This was the result:


----------



## metalball (Sep 8, 2010)

Baller parts!


----------



## trojan fan (Nov 4, 2007)

What's wrong with the Hertz speakers


Is it out with the old and in way the new

:snacks:


----------



## krotzn (Nov 19, 2011)

trojan fan said:


> What's wrong with the Hertz speakers


Nothing. But I wanted something new. So I bought the Thesis 3-way-speakers. But one of the tweeters was broken and audison had no more parts for a repair. So I decided to test the Hybrid Audio Sytsems speakers. Thats it...

Here a picture of the new parts:


----------



## krotzn (Nov 19, 2011)

Here are some pictures of the wiring:


----------



## tuner culture (Jul 14, 2010)

can you link the mobridge to get full DA?


----------



## krotzn (Nov 19, 2011)

tuner culture said:


> can you link the mobridge to get full DA?


I had the Audison DA 1 Bit.

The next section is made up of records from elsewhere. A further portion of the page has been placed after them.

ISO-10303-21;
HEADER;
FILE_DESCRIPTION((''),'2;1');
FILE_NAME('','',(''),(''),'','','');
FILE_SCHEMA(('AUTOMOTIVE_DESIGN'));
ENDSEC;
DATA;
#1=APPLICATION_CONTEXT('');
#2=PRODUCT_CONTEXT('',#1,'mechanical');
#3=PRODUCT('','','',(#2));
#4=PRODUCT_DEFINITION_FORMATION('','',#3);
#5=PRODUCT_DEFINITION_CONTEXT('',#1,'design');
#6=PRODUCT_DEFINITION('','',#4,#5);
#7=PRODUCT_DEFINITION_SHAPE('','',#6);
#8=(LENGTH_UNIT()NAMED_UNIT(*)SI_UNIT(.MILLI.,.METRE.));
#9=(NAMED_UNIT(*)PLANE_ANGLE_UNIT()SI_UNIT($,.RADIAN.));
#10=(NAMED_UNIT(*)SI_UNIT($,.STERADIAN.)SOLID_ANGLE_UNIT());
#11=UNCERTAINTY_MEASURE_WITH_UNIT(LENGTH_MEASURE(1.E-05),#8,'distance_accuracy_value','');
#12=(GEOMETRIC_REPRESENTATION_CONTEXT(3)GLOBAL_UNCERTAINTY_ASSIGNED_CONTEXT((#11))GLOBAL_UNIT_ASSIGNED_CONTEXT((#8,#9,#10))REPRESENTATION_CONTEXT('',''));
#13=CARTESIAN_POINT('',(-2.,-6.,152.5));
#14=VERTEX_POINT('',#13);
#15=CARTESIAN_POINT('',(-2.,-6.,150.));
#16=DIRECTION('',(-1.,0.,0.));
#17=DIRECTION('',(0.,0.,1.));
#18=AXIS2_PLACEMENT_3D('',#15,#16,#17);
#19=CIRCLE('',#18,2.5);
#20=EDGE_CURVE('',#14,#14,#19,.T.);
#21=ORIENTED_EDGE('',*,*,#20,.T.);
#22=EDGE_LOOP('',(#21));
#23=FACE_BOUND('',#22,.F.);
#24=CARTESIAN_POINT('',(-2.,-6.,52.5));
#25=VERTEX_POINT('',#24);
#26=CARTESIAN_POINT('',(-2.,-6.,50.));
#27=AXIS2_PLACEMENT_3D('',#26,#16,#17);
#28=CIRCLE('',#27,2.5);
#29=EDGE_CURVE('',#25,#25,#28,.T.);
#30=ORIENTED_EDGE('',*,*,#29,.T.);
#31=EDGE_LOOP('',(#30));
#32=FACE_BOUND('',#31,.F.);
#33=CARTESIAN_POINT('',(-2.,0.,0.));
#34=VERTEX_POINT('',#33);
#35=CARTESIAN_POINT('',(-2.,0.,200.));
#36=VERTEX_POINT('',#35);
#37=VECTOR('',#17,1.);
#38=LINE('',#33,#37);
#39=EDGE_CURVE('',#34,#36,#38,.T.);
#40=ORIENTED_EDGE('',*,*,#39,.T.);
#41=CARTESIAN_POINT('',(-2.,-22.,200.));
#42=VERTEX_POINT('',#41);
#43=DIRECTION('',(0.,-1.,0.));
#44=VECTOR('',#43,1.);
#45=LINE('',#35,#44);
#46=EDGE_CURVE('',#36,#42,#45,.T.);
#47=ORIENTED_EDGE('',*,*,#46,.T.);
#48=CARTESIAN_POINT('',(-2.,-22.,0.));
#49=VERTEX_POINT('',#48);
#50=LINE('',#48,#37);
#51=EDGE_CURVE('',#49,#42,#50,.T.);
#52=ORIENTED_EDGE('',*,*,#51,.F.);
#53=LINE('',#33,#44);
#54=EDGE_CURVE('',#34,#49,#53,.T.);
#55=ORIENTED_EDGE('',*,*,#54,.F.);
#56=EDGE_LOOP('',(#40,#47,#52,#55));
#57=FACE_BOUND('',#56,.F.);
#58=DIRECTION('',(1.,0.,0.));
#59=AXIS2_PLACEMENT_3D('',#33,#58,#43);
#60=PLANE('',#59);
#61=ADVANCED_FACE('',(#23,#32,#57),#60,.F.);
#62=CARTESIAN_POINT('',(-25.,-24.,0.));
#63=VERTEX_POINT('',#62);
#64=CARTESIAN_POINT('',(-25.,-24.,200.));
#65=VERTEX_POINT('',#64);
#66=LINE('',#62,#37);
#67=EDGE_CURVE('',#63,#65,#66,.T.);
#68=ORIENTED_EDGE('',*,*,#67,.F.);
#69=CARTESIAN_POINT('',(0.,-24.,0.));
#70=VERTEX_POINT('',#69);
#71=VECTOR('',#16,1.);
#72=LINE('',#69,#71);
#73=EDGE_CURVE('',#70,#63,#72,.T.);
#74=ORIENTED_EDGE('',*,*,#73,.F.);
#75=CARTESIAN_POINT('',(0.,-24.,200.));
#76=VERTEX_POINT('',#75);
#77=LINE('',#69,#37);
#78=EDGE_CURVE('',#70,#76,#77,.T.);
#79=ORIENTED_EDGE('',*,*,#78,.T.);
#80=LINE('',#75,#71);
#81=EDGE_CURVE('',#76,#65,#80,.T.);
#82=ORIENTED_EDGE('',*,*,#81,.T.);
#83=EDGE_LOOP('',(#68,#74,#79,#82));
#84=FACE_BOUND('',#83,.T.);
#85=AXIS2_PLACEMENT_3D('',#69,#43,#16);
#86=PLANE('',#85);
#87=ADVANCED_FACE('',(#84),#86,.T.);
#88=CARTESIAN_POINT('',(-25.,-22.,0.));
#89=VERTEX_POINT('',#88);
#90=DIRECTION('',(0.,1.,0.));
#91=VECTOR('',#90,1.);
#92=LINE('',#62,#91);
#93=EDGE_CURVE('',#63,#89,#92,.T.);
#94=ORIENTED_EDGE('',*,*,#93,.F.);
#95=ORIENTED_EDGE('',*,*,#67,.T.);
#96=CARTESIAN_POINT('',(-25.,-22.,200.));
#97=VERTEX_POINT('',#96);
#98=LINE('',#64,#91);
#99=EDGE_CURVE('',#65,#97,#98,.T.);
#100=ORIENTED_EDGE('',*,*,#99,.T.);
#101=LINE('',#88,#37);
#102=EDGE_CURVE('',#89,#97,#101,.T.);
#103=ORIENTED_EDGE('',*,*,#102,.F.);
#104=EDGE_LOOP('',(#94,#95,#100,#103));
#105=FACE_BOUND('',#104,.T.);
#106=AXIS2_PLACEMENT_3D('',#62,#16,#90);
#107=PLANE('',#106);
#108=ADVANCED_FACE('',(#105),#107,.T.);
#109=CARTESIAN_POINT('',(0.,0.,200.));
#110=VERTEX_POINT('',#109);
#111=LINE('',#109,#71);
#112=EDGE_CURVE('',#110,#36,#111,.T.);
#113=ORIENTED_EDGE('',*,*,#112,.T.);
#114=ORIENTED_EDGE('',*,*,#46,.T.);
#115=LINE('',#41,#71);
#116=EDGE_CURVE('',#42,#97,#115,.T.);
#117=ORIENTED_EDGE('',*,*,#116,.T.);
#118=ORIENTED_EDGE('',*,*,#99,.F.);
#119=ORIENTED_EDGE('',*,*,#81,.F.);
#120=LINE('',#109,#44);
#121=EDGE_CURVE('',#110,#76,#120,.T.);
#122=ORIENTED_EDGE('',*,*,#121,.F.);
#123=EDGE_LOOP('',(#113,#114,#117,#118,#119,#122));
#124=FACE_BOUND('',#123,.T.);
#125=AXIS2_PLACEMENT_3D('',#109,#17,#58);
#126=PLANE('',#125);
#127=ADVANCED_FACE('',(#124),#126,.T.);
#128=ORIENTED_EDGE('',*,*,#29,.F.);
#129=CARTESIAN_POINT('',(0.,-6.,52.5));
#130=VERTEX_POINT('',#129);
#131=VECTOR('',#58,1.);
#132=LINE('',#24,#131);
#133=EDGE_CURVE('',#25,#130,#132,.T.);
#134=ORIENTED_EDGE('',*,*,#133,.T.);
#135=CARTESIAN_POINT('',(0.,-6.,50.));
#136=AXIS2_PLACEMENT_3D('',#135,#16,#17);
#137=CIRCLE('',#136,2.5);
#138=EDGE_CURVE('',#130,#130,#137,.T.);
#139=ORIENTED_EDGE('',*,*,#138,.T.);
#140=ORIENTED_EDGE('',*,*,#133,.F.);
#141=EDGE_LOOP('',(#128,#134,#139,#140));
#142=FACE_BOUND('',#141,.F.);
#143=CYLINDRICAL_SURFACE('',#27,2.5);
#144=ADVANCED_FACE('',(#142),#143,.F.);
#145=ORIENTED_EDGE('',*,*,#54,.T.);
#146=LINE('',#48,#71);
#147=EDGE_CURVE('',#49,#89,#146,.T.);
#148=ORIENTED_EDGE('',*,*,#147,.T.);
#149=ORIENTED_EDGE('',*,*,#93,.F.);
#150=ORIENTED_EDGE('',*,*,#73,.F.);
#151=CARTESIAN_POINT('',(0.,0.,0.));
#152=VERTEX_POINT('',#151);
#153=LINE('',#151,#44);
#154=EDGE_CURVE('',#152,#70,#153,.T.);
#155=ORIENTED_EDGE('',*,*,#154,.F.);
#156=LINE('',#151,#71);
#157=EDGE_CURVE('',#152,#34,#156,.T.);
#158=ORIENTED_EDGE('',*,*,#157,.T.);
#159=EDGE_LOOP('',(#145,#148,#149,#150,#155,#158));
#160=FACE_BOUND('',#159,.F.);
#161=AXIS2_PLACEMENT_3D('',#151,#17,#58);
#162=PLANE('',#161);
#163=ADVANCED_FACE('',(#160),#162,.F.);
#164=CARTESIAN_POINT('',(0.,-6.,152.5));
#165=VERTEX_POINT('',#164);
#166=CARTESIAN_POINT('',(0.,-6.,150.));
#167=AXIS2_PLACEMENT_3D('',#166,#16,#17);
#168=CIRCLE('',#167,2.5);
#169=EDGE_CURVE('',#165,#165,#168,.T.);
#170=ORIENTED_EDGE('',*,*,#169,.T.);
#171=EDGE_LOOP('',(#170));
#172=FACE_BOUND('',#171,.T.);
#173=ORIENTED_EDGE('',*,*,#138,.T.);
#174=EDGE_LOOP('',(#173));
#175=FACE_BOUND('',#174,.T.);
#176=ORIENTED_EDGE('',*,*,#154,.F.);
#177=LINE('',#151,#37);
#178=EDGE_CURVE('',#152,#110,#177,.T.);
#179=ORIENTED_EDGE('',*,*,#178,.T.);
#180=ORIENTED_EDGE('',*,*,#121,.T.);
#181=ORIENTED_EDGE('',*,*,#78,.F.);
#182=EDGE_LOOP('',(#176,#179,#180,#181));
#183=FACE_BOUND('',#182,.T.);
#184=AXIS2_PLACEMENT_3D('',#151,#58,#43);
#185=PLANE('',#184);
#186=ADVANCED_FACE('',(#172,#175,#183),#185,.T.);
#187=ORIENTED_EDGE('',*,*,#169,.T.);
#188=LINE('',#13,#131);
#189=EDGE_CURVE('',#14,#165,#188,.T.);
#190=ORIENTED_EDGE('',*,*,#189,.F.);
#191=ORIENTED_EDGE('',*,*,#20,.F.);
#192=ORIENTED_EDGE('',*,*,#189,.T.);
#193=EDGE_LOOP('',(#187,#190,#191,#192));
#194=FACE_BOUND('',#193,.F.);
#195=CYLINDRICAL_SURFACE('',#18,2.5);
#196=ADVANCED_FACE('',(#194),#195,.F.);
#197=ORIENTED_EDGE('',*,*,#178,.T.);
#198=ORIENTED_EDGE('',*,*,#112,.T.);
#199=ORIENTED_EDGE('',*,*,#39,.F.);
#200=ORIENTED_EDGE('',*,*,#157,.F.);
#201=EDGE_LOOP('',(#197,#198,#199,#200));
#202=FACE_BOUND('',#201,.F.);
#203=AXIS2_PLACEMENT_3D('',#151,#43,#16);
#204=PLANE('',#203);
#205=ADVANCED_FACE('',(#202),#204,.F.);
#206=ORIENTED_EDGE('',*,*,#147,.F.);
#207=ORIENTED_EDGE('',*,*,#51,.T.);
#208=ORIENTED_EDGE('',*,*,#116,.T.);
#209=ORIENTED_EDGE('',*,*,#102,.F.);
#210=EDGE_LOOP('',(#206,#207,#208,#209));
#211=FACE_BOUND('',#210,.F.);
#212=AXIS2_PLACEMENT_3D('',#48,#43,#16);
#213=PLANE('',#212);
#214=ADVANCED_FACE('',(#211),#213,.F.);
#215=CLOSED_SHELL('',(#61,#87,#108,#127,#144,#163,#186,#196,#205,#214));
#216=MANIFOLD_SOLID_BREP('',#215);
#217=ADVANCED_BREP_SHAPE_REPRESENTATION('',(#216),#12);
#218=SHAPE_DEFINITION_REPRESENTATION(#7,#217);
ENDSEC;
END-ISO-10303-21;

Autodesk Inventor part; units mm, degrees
ref_plane "YZ Plane" through (0, 0, 0) normal (1, 0, 0) x (0, 1, 0)
ref_plane "XZ Plane" through (0, 0, 0) normal (0, 1, 0) x (-1, 0, 0)
ref_plane "XY Plane" through (0, 0, 0) normal (0, 0, 1) x (1, 0, 0)
sketch "Sketch1" plane through (0, 0, 0) normal (0, 0, 1) x (1, 0, 0)
  line L0 (0, 0) -> (0, -24)
  line L1 (0, -24) -> (-25, -24)
  line L2 (-25, -24) -> (-25, -22)
  line L3 (0, 0) -> (-2, 0)
  line L4 (-2, 0) -> (-2, -22)
  line L5 (-2, -22) -> (-25, -22)
extrude "Extrusion1" add sketch "Sketch1" along normal blind 200
sketch "Sketch2" plane through (-2, -22, 0) normal (-1, 0, 0) x (0, 0, 1)
  circle A0 centre (50, 16) radius 2.5
  circle A1 centre (150, 16) radius 2.5
  point P0 (200, 22)
extrude "Extrusion2" cut sketch "Sketch2" against normal through all
sketch "Sketch3" plane through (0, -24, 0) normal (1, 0, 0) x (0, 0, -1)
  point P0 (0, 24)
properties part number "new  L clamp" material "Stainless Steel AISI 440C, Welded"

It is identical to the mobridge M1000-M-DA1. I am since july 2011 in contact with mobridge and they promised it will work, but still there is no update availlable for my car. So it's quite frustrating... 

Here a pic of the DA1Bit:


----------



## trojan fan (Nov 4, 2007)

I'm confused, seem looks like you have two different builds running together


----------



## krotzn (Nov 19, 2011)

trojan fan said:


> I'm confused, seem looks like you have two different builds running together


No. Just some pics from the start with wiring and so on. I am actually preparing the pics of my actual setup.


----------



## krotzn (Nov 19, 2011)

Ok.

Here are the pics of my actual setup.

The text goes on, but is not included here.